## Task prompt
Where the records below show the word "normal" in a line, please copy that line.

## Dataset excerpts
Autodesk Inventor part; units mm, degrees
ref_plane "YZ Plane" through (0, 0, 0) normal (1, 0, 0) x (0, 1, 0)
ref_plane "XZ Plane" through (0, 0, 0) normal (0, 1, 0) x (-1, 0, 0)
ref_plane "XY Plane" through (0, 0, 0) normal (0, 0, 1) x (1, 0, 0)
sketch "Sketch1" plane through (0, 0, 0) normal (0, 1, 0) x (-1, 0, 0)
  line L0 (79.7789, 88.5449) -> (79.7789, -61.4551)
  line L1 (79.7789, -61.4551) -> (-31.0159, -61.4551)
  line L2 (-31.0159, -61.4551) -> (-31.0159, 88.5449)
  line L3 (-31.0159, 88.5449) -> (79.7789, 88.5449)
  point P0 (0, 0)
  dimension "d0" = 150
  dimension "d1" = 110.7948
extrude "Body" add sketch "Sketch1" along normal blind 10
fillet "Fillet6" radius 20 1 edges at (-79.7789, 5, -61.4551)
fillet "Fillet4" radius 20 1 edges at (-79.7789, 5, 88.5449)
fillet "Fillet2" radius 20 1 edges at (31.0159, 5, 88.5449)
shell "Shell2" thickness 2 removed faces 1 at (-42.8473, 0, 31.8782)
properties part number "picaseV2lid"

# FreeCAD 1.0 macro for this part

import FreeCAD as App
import Part
import Sketcher
Q = App.Units.Quantity


def edges_at(feature, points):
    """Names of the edges that pass closest to the given points."""
    edges = feature.Shape.Edges
    near = lambda p: min(range(len(edges)), key=lambda i: edges[i].distToShape(Part.Vertex(*p))[0])
    return sorted({f"Edge{near(p) + 1}" for p in points})


def faces_at(feature, points):
    """Names of the faces that lie closest to the given points."""
    faces = feature.Shape.Faces
    near = lambda p: min(range(len(faces)), key=lambda i: faces[i].distToShape(Part.Vertex(*p))[0])
    return sorted({f"Face{near(p) + 1}" for p in points})

doc = App.newDocument("Part")
body = doc.addObject("PartDesign::Body", "Body")

# Sketch on XZ plane
sketch1 = body.newObject("Sketcher::SketchObject", "Sketch")
sketch1.AttachmentSupport = (doc.getObject("XZ_Plane"), [""])
sketch1.MapMode = "FlatFace"
sketch1.addGeometry([
    Part.LineSegment(App.Vector(-80, -61, 0), App.Vector(-80, 89, 0)),
    Part.LineSegment(App.Vector(-80, 89, 0), App.Vector(31, 89, 0)),
    Part.LineSegment(App.Vector(31, 89, 0), App.Vector(31, -61, 0)),
    Part.LineSegment(App.Vector(31, -61, 0), App.Vector(-80, -61, 0)),
], False)
sketch1.addConstraint([
    Sketcher.Constraint("Coincident", 0, 2, 1, 1),
    Sketcher.Constraint("Coincident", 1, 2, 2, 1),
    Sketcher.Constraint("Coincident", 2, 2, 3, 1),
    Sketcher.Constraint("Coincident", 3, 2, 0, 1),
    Sketcher.Constraint("Vertical", 0),
    Sketcher.Constraint("Horizontal", 1),
    Sketcher.Constraint("Vertical", 2),
    Sketcher.Constraint("Horizontal", 3),
    Sketcher.Constraint("DistanceY", 0, 1, 0, 2, Q("150 mm")),
    Sketcher.Constraint("DistanceX", 1, 1, 1, 2, Q("110.7948 mm")),
    Sketcher.Constraint("DistanceX", 0, 2, -1, 1, Q("79.779 mm")),
    Sketcher.Constraint("DistanceY", -1, 1, 0, 2, Q("88.545 mm")),
])
pad1 = body.newObject("PartDesign::Pad", "Pad")
pad1.Profile = sketch1
pad1.Length = 10
pad1.Reversed = True
doc.recompute()

fillet = body.newObject("PartDesign::Fillet", "Fillet")
fillet.Base = (pad1, edges_at(pad1, [(-79.779, 5, -61.455)]))
fillet.Radius = 20
doc.recompute()

fillet2 = body.newObject("PartDesign::Fillet", "Fillet001")
fillet2.Base = (fillet, edges_at(fillet, [(-79.779, 5, 88.545)]))
fillet2.Radius = 20
doc.recompute()

fillet3 = body.newObject("PartDesign::Fillet", "Fillet002")
fillet3.Base = (fillet2, edges_at(fillet2, [(31.016, 5, 88.545)]))
fillet3.Radius = 20
doc.recompute()

thickness = body.newObject("PartDesign::Thickness", "Thickness")
thickness.Base = (fillet3, faces_at(fillet3, [(-42.847, 0, 31.878)]))
thickness.Value = 2
thickness.Reversed = True
thickness.Join = "Intersection"

doc.recompute()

## Your response
ref_plane "YZ Plane" through (0, 0, 0) normal (1, 0, 0) x (0, 1, 0)
ref_plane "XZ Plane" through (0, 0, 0) normal (0, 1, 0) x (-1, 0, 0)
ref_plane "XY Plane" through (0, 0, 0) normal (0, 0, 1) x (1, 0, 0)
sketch "Sketch1" plane through (0, 0, 0) normal (0, 1, 0) x (-1, 0, 0)
extrude "Body" add sketch "Sketch1" along normal blind 10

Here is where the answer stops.